(Stored data)
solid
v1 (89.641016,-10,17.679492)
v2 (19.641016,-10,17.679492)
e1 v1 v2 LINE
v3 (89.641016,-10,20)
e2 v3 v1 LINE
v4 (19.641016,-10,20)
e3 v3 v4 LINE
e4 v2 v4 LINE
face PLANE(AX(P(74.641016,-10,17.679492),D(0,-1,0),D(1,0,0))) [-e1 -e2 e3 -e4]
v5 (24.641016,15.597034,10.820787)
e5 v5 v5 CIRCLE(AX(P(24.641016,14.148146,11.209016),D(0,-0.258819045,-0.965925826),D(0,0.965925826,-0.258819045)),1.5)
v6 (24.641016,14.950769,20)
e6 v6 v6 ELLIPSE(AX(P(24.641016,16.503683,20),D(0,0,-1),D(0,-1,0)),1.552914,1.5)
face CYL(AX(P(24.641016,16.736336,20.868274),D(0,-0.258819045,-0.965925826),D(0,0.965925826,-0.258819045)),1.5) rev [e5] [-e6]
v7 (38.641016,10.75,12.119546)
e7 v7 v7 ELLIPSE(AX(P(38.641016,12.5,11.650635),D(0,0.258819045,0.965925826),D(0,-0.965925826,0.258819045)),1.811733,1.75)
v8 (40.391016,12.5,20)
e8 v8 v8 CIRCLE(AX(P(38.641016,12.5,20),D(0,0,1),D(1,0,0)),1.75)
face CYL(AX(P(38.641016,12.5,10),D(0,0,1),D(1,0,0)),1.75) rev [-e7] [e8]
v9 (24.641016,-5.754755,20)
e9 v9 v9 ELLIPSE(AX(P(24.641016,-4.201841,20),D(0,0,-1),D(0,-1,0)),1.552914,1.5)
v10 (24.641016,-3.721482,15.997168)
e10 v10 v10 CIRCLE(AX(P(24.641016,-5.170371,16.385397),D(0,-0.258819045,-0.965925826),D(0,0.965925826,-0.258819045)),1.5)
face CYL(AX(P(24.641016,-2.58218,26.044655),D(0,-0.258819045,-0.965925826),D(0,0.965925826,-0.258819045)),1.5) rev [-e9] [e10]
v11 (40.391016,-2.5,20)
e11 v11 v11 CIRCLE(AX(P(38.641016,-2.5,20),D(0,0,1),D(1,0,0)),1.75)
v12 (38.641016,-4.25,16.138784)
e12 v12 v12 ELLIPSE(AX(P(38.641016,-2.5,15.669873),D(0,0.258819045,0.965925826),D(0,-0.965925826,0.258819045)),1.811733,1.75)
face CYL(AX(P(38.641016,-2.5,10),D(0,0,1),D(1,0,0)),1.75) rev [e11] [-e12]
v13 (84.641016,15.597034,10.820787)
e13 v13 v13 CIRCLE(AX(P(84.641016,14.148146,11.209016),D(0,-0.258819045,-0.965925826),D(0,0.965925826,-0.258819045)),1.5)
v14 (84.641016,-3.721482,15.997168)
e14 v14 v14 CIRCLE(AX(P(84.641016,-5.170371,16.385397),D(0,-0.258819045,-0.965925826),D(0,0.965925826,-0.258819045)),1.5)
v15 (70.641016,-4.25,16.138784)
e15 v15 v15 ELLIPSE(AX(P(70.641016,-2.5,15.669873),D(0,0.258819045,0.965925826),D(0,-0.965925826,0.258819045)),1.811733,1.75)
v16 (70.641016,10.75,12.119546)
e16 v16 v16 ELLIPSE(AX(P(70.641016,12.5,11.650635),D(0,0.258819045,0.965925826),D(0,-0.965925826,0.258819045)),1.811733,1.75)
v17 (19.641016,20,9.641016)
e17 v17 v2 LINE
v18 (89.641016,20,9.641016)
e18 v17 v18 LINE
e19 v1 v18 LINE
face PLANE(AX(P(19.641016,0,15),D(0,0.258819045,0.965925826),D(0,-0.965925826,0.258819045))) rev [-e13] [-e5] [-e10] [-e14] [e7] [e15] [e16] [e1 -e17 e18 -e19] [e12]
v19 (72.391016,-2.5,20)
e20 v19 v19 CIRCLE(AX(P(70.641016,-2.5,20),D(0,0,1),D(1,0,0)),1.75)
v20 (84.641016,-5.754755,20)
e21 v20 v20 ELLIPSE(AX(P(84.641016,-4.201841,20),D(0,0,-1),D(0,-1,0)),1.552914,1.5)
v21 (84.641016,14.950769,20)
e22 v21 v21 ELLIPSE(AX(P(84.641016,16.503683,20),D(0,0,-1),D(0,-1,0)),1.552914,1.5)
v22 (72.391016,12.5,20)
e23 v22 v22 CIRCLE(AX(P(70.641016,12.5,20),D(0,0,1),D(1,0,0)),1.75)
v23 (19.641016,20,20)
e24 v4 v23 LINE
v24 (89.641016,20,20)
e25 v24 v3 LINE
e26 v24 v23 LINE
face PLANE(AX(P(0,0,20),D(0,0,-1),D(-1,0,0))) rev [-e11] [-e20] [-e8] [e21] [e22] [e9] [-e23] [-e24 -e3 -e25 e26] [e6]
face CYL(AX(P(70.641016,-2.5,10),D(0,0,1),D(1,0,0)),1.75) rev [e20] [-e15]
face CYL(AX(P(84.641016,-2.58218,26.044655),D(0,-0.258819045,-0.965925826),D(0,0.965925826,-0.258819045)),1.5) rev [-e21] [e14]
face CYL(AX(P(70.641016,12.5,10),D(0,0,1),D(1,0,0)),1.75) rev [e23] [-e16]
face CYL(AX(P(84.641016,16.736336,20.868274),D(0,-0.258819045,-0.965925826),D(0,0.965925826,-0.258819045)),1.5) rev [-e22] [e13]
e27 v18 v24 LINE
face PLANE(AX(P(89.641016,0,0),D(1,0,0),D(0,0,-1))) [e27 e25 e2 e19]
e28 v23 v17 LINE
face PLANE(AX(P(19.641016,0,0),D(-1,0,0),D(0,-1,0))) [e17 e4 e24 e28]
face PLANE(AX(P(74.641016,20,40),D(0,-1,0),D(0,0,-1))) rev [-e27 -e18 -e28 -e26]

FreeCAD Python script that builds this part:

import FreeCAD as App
import Part
import Sketcher

V = App.Vector
Q = App.Units.Quantity


def add_polygon(sketch, points):
    """Adds a closed chain of lines whose ends are joined by coincident constraints."""
    first, n = sketch.GeometryCount, len(points)
    for a, b in zip(points, points[1:] + points[:1]):
        sketch.addGeometry(Part.LineSegment(App.Vector(*a, 0), App.Vector(*b, 0)), False)
    for i in range(n):
        sketch.addConstraint(Sketcher.Constraint("Coincident", first + i, 2, first + (i + 1) % n, 1))

doc = App.newDocument("Part")
body = doc.addObject("PartDesign::Body", "Body")

# Sketch on XY plane
sketch1 = body.newObject("Sketcher::SketchObject", "Sketch")
sketch1.AttachmentSupport = (doc.getObject("XY_Plane"), [""])
sketch1.MapMode = "FlatFace"
add_polygon(sketch1, [(74.641016, 0), (74.641016, 20), (34.641016, 20), (34.641016, 0)])  # lines 0-3
sketch1.addConstraint(Sketcher.Constraint("Vertical", 0))
sketch1.addConstraint(Sketcher.Constraint("Horizontal", 1))
sketch1.addConstraint(Sketcher.Constraint("Vertical", 2))
sketch1.addConstraint(Sketcher.Constraint("Horizontal", 3))
sketch1.addConstraint(Sketcher.Constraint("PointOnObject", 2, 2, -1))
sketch1.addConstraint(Sketcher.Constraint("DistanceX", 1, 2, 1, 1, Q("40 mm")))
sketch1.addConstraint(Sketcher.Constraint("DistanceY", 0, 1, 0, 2, Q("20 mm")))
sketch1.addConstraint(Sketcher.Constraint("DistanceX", -1, 1, 0, 2, Q("74.641016 mm")))
pad1 = body.newObject("PartDesign::Pad", "Pad")
pad1.Profile = sketch1
pad1.Length = 40

# Sketch on YZ plane
sketch2 = body.newObject("Sketcher::SketchObject", "Sketch001")
sketch2.AttachmentSupport = (doc.getObject("YZ_Plane"), [""])
sketch2.MapMode = "FlatFace"
sketch2.AttachmentOffset = App.Placement(V(0, 0, 74.641016), App.Rotation())
add_polygon(sketch2, [(20, 0), (0, 0), (20, -5.358984)])  # lines 0-2
sketch2.addConstraint(Sketcher.Constraint("Horizontal", 0))
sketch2.addConstraint(Sketcher.Constraint("Vertical", 2))
sketch2.addConstraint(Sketcher.Constraint("Coincident", 0, 2, -1, 1))
sketch2.addConstraint(Sketcher.Constraint("DistanceX", 0, 2, 0, 1, Q("20 mm")))
sketch2.addConstraint(Sketcher.Constraint("Angle", 1, Q("-15 deg")))
pad2 = body.newObject("PartDesign::Pad", "Pad001")
pad2.Profile = sketch2
pad2.Length = 40
pad2.Reversed = True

▶ _DIRECTIONS_:
Exactly as written, repeat each line from the beginning of the data above to the line containing "v7 (38.641016,10.75,12.119546)", inclusive.

▶ _EXERCISE SOLUTION_:
solid
v1 (89.641016,-10,17.679492)
v2 (19.641016,-10,17.679492)
e1 v1 v2 LINE
v3 (89.641016,-10,20)
e2 v3 v1 LINE
v4 (19.641016,-10,20)
e3 v3 v4 LINE
e4 v2 v4 LINE
face PLANE(AX(P(74.641016,-10,17.679492),D(0,-1,0),D(1,0,0))) [-e1 -e2 e3 -e4]
v5 (24.641016,15.597034,10.820787)
e5 v5 v5 CIRCLE(AX(P(24.641016,14.148146,11.209016),D(0,-0.258819045,-0.965925826),D(0,0.965925826,-0.258819045)),1.5)
v6 (24.641016,14.950769,20)
e6 v6 v6 ELLIPSE(AX(P(24.641016,16.503683,20),D(0,0,-1),D(0,-1,0)),1.552914,1.5)
face CYL(AX(P(24.641016,16.736336,20.868274),D(0,-0.258819045,-0.965925826),D(0,0.965925826,-0.258819045)),1.5) rev [e5] [-e6]
v7 (38.641016,10.75,12.119546)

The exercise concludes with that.